(Dataset entries)
------------

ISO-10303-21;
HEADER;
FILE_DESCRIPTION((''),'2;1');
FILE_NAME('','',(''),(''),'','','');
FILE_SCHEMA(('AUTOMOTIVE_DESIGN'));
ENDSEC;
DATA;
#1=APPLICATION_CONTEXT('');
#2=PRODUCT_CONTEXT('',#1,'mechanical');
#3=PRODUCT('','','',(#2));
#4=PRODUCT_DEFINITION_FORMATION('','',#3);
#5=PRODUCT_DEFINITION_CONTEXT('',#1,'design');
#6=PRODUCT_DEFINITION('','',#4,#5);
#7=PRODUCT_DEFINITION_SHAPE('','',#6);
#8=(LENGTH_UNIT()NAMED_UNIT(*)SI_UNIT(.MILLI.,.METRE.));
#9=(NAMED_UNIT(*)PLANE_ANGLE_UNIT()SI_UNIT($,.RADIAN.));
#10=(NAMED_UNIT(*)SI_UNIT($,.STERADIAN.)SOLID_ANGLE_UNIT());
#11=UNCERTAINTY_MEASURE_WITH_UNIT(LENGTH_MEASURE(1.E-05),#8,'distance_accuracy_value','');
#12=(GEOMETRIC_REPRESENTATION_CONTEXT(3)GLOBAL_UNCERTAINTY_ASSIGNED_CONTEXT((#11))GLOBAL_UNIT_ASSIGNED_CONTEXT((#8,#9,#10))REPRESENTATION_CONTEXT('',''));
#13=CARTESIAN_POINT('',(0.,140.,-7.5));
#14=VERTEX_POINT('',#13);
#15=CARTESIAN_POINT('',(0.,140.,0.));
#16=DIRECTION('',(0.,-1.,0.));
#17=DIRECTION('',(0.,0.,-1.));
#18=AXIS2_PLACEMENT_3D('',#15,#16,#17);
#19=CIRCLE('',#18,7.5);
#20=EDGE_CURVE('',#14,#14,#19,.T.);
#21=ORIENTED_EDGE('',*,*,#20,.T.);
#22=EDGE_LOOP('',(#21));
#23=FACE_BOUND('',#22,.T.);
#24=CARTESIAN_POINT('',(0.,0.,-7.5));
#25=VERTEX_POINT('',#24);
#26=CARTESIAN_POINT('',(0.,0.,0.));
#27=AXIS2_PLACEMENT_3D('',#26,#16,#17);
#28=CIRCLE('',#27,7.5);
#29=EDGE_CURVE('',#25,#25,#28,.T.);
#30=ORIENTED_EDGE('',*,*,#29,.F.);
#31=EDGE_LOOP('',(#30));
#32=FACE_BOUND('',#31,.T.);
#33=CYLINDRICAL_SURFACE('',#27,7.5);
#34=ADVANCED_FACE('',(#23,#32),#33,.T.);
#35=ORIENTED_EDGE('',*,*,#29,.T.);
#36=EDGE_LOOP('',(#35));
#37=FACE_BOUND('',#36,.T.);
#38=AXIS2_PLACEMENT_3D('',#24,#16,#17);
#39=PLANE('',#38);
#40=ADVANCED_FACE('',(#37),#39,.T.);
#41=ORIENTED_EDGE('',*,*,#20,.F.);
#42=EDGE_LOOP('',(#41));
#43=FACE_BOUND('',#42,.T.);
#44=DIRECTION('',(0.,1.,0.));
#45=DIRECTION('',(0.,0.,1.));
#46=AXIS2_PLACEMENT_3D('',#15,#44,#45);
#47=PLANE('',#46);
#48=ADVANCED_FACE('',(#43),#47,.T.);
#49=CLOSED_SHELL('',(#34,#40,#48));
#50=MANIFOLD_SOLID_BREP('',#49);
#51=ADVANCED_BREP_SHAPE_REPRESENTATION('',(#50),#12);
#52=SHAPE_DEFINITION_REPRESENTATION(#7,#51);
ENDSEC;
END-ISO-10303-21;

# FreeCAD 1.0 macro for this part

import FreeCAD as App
import Part
import Sketcher
Q = App.Units.Quantity


def add_polygon(sketch, points):
    """Adds a closed chain of lines whose ends are joined by coincident constraints."""
    first, n = sketch.GeometryCount, len(points)
    for a, b in zip(points, points[1:] + points[:1]):
        sketch.addGeometry(Part.LineSegment(App.Vector(*a, 0), App.Vector(*b, 0)), False)
    for i in range(n):
        sketch.addConstraint(Sketcher.Constraint("Coincident", first + i, 2, first + (i + 1) % n, 1))

doc = App.newDocument("Part")
body = doc.addObject("PartDesign::Body", "Body")

sketch1 = body.newObject("Sketcher::SketchObject", "Sketch")
sketch1.AttachmentSupport = (doc.getObject("YZ_Plane"), [""])
sketch1.MapMode = "FlatFace"
add_polygon(sketch1, [(140, 0), (0, 0), (0, -7.5), (140, -7.5)])
sketch1.addConstraint([
    Sketcher.Constraint("Horizontal", 0),
    Sketcher.Constraint("Vertical", 1),
    Sketcher.Constraint("Horizontal", 2),
    Sketcher.Constraint("Vertical", 3),
    Sketcher.Constraint("Coincident", 0, 2, -1, 1),
    Sketcher.Constraint("DistanceX", 0, 2, 0, 1, Q("140 mm")),
    Sketcher.Constraint("DistanceY", 1, 2, 1, 1, Q("7.5 mm")),
])
revolution = body.newObject("PartDesign::Revolution", "Revolution")
revolution.Profile = sketch1
revolution.ReferenceAxis = (sketch1, ["H_Axis"])
revolution.Angle = 360

doc.recompute()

------------

→ PROBLEM DESCRIPTION
Write out each entry again, word for word.

→ OUTPUT FOR THIS EXERCISE
ISO-10303-21;
HEADER;
FILE_DESCRIPTION((''),'2;1');
FILE_NAME('','',(''),(''),'','','');
FILE_SCHEMA(('AUTOMOTIVE_DESIGN'));
ENDSEC;
DATA;
#1=APPLICATION_CONTEXT('');
#2=PRODUCT_CONTEXT('',#1,'mechanical');
#3=PRODUCT('','','',(#2));
#4=PRODUCT_DEFINITION_FORMATION('','',#3);
#5=PRODUCT_DEFINITION_CONTEXT('',#1,'design');
#6=PRODUCT_DEFINITION('','',#4,#5);
#7=PRODUCT_DEFINITION_SHAPE('','',#6);
#8=(LENGTH_UNIT()NAMED_UNIT(*)SI_UNIT(.MILLI.,.METRE.));
#9=(NAMED_UNIT(*)PLANE_ANGLE_UNIT()SI_UNIT($,.RADIAN.));
#10=(NAMED_UNIT(*)SI_UNIT($,.STERADIAN.)SOLID_ANGLE_UNIT());
#11=UNCERTAINTY_MEASURE_WITH_UNIT(LENGTH_MEASURE(1.E-05),#8,'distance_accuracy_value','');
#12=(GEOMETRIC_REPRESENTATION_CONTEXT(3)GLOBAL_UNCERTAINTY_ASSIGNED_CONTEXT((#11))GLOBAL_UNIT_ASSIGNED_CONTEXT((#8,#9,#10))REPRESENTATION_CONTEXT('',''));
#13=CARTESIAN_POINT('',(0.,140.,-7.5));
#14=VERTEX_POINT('',#13);
#15=CARTESIAN_POINT('',(0.,140.,0.));
#16=DIRECTION('',(0.,-1.,0.));
#17=DIRECTION('',(0.,0.,-1.));
#18=AXIS2_PLACEMENT_3D('',#15,#16,#17);
#19=CIRCLE('',#18,7.5);
#20=EDGE_CURVE('',#14,#14,#19,.T.);
#21=ORIENTED_EDGE('',*,*,#20,.T.);
#22=EDGE_LOOP('',(#21));
#23=FACE_BOUND('',#22,.T.);
#24=CARTESIAN_POINT('',(0.,0.,-7.5));
#25=VERTEX_POINT('',#24);
#26=CARTESIAN_POINT('',(0.,0.,0.));
#27=AXIS2_PLACEMENT_3D('',#26,#16,#17);
#28=CIRCLE('',#27,7.5);
#29=EDGE_CURVE('',#25,#25,#28,.T.);
#30=ORIENTED_EDGE('',*,*,#29,.F.);
#31=EDGE_LOOP('',(#30));
#32=FACE_BOUND('',#31,.T.);
#33=CYLINDRICAL_SURFACE('',#27,7.5);
#34=ADVANCED_FACE('',(#23,#32),#33,.T.);
#35=ORIENTED_EDGE('',*,*,#29,.T.);
#36=EDGE_LOOP('',(#35));
#37=FACE_BOUND('',#36,.T.);
#38=AXIS2_PLACEMENT_3D('',#24,#16,#17);
#39=PLANE('',#38);
#40=ADVANCED_FACE('',(#37),#39,.T.);
#41=ORIENTED_EDGE('',*,*,#20,.F.);
#42=EDGE_LOOP('',(#41));
#43=FACE_BOUND('',#42,.T.);
#44=DIRECTION('',(0.,1.,0.));
#45=DIRECTION('',(0.,0.,1.));
#46=AXIS2_PLACEMENT_3D('',#15,#44,#45);
#47=PLANE('',#46);
#48=ADVANCED_FACE('',(#43),#47,.T.);
#49=CLOSED_SHELL('',(#34,#40,#48));
#50=MANIFOLD_SOLID_BREP('',#49);
#51=ADVANCED_BREP_SHAPE_REPRESENTATION('',(#50),#12);
#52=SHAPE_DEFINITION_REPRESENTATION(#7,#51);
ENDSEC;
END-ISO-10303-21;

# FreeCAD 1.0 macro for this part

import FreeCAD as App
import Part
import Sketcher
Q = App.Units.Quantity


def add_polygon(sketch, points):
    """Adds a closed chain of lines whose ends are joined by coincident constraints."""
    first, n = sketch.GeometryCount, len(points)
    for a, b in zip(points, points[1:] + points[:1]):
        sketch.addGeometry(Part.LineSegment(App.Vector(*a, 0), App.Vector(*b, 0)), False)
    for i in range(n):
        sketch.addConstraint(Sketcher.Constraint("Coincident", first + i, 2, first + (i + 1) % n, 1))

doc = App.newDocument("Part")
body = doc.addObject("PartDesign::Body", "Body")

sketch1 = body.newObject("Sketcher::SketchObject", "Sketch")
sketch1.AttachmentSupport = (doc.getObject("YZ_Plane"), [""])
sketch1.MapMode = "FlatFace"
add_polygon(sketch1, [(140, 0), (0, 0), (0, -7.5), (140, -7.5)])
sketch1.addConstraint([
    Sketcher.Constraint("Horizontal", 0),
    Sketcher.Constraint("Vertical", 1),
    Sketcher.Constraint("Horizontal", 2),
    Sketcher.Constraint("Vertical", 3),
    Sketcher.Constraint("Coincident", 0, 2, -1, 1),
    Sketcher.Constraint("DistanceX", 0, 2, 0, 1, Q("140 mm")),
    Sketcher.Constraint("DistanceY", 1, 2, 1, 1, Q("7.5 mm")),
])
revolution = body.newObject("PartDesign::Revolution", "Revolution")
revolution.Profile = sketch1
revolution.ReferenceAxis = (sketch1, ["H_Axis"])
revolution.Angle = 360

doc.recompute()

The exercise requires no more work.